Lo había vuelto a ver y él le había hecho una señal con la mano con una sonrisa muy dulce. Era alto, flaco, el pelo castaño le caía en los ojos, y sus mejillas parecían aspiradas de lo hundidas que estaban. Colocaba delicadamente su parka azul marino sobre el respaldo de la silla antes de sentarse, le quitaba el polvo, la alisaba y se dejaba caer como un bailarín sobre la silla girando el respaldo. Tenía las piernas largas y delgadas. Jo le imaginaba bailando claqué. Con medias negras, chaqueta negra y chistera negra. Su rostro cambiaba a menudo de apariencia. A ella le parecía guapo y romántico, y un instante después pálido y melancólico. Nunca estaba segura de recordarlo. A veces perdía su imagen y debía mirar varias veces antes de reconocerlo, en carne y hueso.
No se había atrevido a contarle la historia del hombre joven a Shirley. Se habría reído de ella. Pero tendrías que haberle invitado a un café, preguntado su nombre, saber sus horarios. ¡Qué tonta eres!
Pues, sí… ¡Soy tonta y eso no es nada nuevo!, suspiró Joséphine, garabateando en su hoja de cuentas. Lo veo todo, lo siento todo, capto miles de detalles como astillas que me despellejan viva. Miles de detalles que a otros no les afectan porque tienen la piel de cocodrilo.
Lo más duro era el no dejarse invadir por el pánico. El pánico llegaba siempre por la noche. Sentía crecer dentro de ella el peligro del que no podría huir. Daba vueltas y vueltas en su cama sin conseguir dormirse. Pagar la letra del piso, la comunidad, los impuestos, la bonita ropa de Hortense, el mantenimiento del coche, los seguros, la factura del teléfono, el abono de la piscina, las vacaciones, las entradas de cine, los zapatos, los aparatos dentales… Enumeraba los gastos y, con los ojos abiertos, aterrorizada, se acurrucaba entre las mantas para dejar de pensar. A veces se despertaba, se sentaba en la cama, y hacía y rehacía las cuentas de arriba abajo y constataba que no, que no lo conseguiría a pesar de que, de día, las cifras habían dicho que sí.

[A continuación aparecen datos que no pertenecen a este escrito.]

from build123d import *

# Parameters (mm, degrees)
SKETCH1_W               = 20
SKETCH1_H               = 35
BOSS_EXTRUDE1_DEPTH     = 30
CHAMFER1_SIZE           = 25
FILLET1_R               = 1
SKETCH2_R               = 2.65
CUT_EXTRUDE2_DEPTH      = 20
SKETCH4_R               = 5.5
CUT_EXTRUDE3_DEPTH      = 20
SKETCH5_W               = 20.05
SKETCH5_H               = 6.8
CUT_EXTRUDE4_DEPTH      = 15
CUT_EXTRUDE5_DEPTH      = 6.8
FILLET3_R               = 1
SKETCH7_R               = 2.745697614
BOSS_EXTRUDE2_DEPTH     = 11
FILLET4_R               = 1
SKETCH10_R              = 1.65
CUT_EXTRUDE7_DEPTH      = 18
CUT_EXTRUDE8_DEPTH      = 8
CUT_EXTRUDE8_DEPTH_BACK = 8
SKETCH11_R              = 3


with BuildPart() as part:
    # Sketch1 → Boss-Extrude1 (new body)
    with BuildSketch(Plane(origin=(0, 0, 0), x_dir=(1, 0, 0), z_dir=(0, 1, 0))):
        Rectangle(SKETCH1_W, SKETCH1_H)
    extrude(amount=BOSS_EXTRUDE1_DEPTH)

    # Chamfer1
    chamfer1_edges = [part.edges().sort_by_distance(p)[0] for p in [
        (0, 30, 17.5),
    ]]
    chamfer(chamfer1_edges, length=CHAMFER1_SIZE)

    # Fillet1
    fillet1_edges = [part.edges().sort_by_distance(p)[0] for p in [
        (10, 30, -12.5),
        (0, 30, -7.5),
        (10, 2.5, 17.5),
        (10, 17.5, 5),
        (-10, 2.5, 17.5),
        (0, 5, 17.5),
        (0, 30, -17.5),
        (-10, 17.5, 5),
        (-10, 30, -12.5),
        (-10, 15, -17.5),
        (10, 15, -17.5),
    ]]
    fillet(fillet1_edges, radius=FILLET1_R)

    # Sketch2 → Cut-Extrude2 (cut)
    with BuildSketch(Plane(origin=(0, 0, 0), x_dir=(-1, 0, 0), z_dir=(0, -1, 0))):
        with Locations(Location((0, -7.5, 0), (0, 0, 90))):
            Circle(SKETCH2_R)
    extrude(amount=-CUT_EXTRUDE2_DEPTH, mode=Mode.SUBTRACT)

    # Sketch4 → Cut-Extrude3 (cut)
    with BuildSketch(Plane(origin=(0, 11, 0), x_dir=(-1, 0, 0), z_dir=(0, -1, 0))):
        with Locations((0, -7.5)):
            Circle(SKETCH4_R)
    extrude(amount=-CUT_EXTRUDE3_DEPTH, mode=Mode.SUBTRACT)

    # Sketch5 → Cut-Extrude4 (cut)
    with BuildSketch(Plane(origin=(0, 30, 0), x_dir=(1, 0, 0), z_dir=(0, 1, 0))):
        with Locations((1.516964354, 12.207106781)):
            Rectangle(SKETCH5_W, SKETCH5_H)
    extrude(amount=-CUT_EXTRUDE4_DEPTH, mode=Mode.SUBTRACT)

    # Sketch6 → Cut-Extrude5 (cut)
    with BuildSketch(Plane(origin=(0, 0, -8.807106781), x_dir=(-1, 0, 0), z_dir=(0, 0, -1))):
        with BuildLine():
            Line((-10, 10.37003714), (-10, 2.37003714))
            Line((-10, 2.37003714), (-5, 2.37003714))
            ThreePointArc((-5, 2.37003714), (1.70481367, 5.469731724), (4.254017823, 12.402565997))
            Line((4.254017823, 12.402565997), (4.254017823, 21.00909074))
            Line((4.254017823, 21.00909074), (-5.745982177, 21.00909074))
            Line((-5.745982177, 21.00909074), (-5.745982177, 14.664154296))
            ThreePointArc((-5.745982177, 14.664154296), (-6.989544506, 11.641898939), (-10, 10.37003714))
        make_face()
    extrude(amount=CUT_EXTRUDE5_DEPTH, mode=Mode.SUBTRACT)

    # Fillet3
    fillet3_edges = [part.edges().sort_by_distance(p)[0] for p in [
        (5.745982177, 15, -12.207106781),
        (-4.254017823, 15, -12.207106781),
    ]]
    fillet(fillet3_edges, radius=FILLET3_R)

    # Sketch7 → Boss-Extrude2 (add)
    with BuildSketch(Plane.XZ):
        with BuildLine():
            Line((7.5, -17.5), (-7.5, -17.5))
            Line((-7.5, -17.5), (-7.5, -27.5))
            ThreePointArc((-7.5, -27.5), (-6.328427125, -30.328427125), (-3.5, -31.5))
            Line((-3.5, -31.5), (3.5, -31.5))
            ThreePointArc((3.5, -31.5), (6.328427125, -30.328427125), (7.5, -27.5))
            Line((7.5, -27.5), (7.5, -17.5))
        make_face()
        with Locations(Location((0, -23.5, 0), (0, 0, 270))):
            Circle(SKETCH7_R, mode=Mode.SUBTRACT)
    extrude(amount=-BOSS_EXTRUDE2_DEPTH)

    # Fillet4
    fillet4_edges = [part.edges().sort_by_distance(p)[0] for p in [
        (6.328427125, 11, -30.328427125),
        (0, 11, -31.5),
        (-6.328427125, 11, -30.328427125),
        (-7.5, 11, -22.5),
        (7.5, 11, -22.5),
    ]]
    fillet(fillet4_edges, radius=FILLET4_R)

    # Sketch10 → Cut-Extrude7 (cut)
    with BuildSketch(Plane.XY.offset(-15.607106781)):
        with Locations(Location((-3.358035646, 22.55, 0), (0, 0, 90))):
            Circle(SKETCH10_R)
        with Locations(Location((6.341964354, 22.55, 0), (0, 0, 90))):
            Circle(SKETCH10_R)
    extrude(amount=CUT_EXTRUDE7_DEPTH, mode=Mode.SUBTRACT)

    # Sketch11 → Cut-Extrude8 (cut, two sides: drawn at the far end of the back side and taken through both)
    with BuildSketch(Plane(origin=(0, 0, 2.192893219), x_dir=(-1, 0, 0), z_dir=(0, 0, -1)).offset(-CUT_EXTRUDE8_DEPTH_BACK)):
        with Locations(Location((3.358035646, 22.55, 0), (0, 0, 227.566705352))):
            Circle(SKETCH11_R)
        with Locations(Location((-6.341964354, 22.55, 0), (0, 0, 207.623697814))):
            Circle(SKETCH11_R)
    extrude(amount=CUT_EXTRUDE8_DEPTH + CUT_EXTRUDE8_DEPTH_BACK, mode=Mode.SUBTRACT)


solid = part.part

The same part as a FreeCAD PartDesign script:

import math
import FreeCAD as App
import Part
import Sketcher

V = App.Vector
Q = App.Units.Quantity


def edges_at(feature, points):
    """Names of the edges that pass closest to the given points."""
    edges = feature.Shape.Edges
    near = lambda p: min(range(len(edges)), key=lambda i: edges[i].distToShape(Part.Vertex(*p))[0])
    return sorted({f"Edge{near(p) + 1}" for p in points})


def add_polygon(sketch, points):
    """Adds a closed chain of lines whose ends are joined by coincident constraints."""
    first, n = sketch.GeometryCount, len(points)
    for a, b in zip(points, points[1:] + points[:1]):
        sketch.addGeometry(Part.LineSegment(App.Vector(*a, 0), App.Vector(*b, 0)), False)
    for i in range(n):
        sketch.addConstraint(Sketcher.Constraint("Coincident", first + i, 2, first + (i + 1) % n, 1))

doc = App.newDocument("Part")
params = doc.addObject("Spreadsheet::Sheet", "Params")
for row, (alias, value) in enumerate([
    ("sketch1_width", "20 mm"),
    ("sketch1_height", "35 mm"),
    ("pad1_length", "30 mm"),
    ("chamfer_size", "25 mm"),
    ("fillet_radius", "1 mm"),
    ("sketch2_diameter", "5.3 mm"),
    ("pocket1_length", "20 mm"),
    ("sketch3_diameter", "11 mm"),
    ("pocket2_length", "20 mm"),
    ("sketch4_height", "6.8 mm"),
    ("sketch4_width", "20.05 mm"),
    ("pocket3_length", "15 mm"),
    ("sketch5_width", "5 mm"),
    ("sketch5_width2", "10 mm"),
    ("sketch5_height", "8 mm"),
    ("pocket4_length", "6.8 mm"),
    ("fillet2_radius", "1 mm"),
    ("sketch6_radius", "4 mm"),
    ("sketch6_width", "15 mm"),
    ("sketch6_height", "10 mm"),
    ("pad2_length", "11 mm"),
    ("fillet3_radius", "1 mm"),
    ("sketch7_diameter", "3.3 mm"),
    ("pocket5_length", "18 mm"),
    ("sketch8_diameter", "6 mm"),
    ("pocket6_length", "8 mm"),
    ("pocket6_length2", "8 mm"),
], start=1):
    params.set(f"A{row}", alias)
    params.set(f"B{row}", "=" + value)
    params.setAlias(f"B{row}", alias)

body = doc.addObject("PartDesign::Body", "Body")

# Sketch on XZ plane
sketch1 = doc.addObject("Sketcher::SketchObject", "Sketch")
body.addObject(sketch1)
sketch1.AttachmentSupport = (doc.XZ_Plane, [""])
sketch1.MapMode = "FlatFace"
add_polygon(sketch1, [(-10, -18), (-10, 18), (10, 18), (10, -18)])  # lines 0-3
sketch1.addConstraint([
    Sketcher.Constraint("Vertical", 0),
    Sketcher.Constraint("Horizontal", 1),
    Sketcher.Constraint("Vertical", 2),
    Sketcher.Constraint("Horizontal", 3),
    Sketcher.Constraint("Symmetric", 0, 2, 2, 2, -1, 1),
    Sketcher.Constraint("DistanceX", 1, 1, 1, 2, Q("20 mm")),
    Sketcher.Constraint("DistanceY", 0, 1, 0, 2, Q("35 mm")),
])
sketch1.setExpression("Constraints[9]", "Params.sketch1_width")
sketch1.setExpression("Constraints[10]", "Params.sketch1_height")
pad1 = doc.addObject("PartDesign::Pad", "Pad")
body.addObject(pad1)
pad1.Profile = sketch1
pad1.setExpression("Length", "Params.pad1_length")
pad1.Reversed = True
doc.recompute()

Encendía la luz, presa del pánico, iba a buscar el trozo de papel en el que había escrito sus cuentas y las repasaba de arriba abajo hasta conseguir cuadrar… su conciencia, y apagaba la luz, agotada.
Tenía miedo de la noche.
Echó un último vistazo a las cifras a lápiz y a las escritas a bolígrafo rojo y constató, tranquilizada, que por el momento no se desbordaban. Su mente voló hacia la conferencia que debía preparar. Recordó un pasaje que había leído. Se había dicho que sería útil copiarlo y servirse de él. Fue en su busca y lo encontró. Decidió colocarlo al principio de su conferencia.
«Los trabajos de historia económica destacan toda la etapa que va desde 1070 hasta 1130 en Francia: encontramos en aquel entonces tanto abundantes fundaciones de burgos en entornos rurales como los primeros signos de desarrollo urbano, tanto la penetración de la moneda en el campo como el establecimiento de corrientes comerciales interurbanas. Y ese tiempo de dinamismo e innovación es también aquel en el que la extorsión señorial se hace sistemática. ¿Cómo abordar la relación entre estos dos hechos: despegue económico a pesar de los señoríos o gracias a ellos?».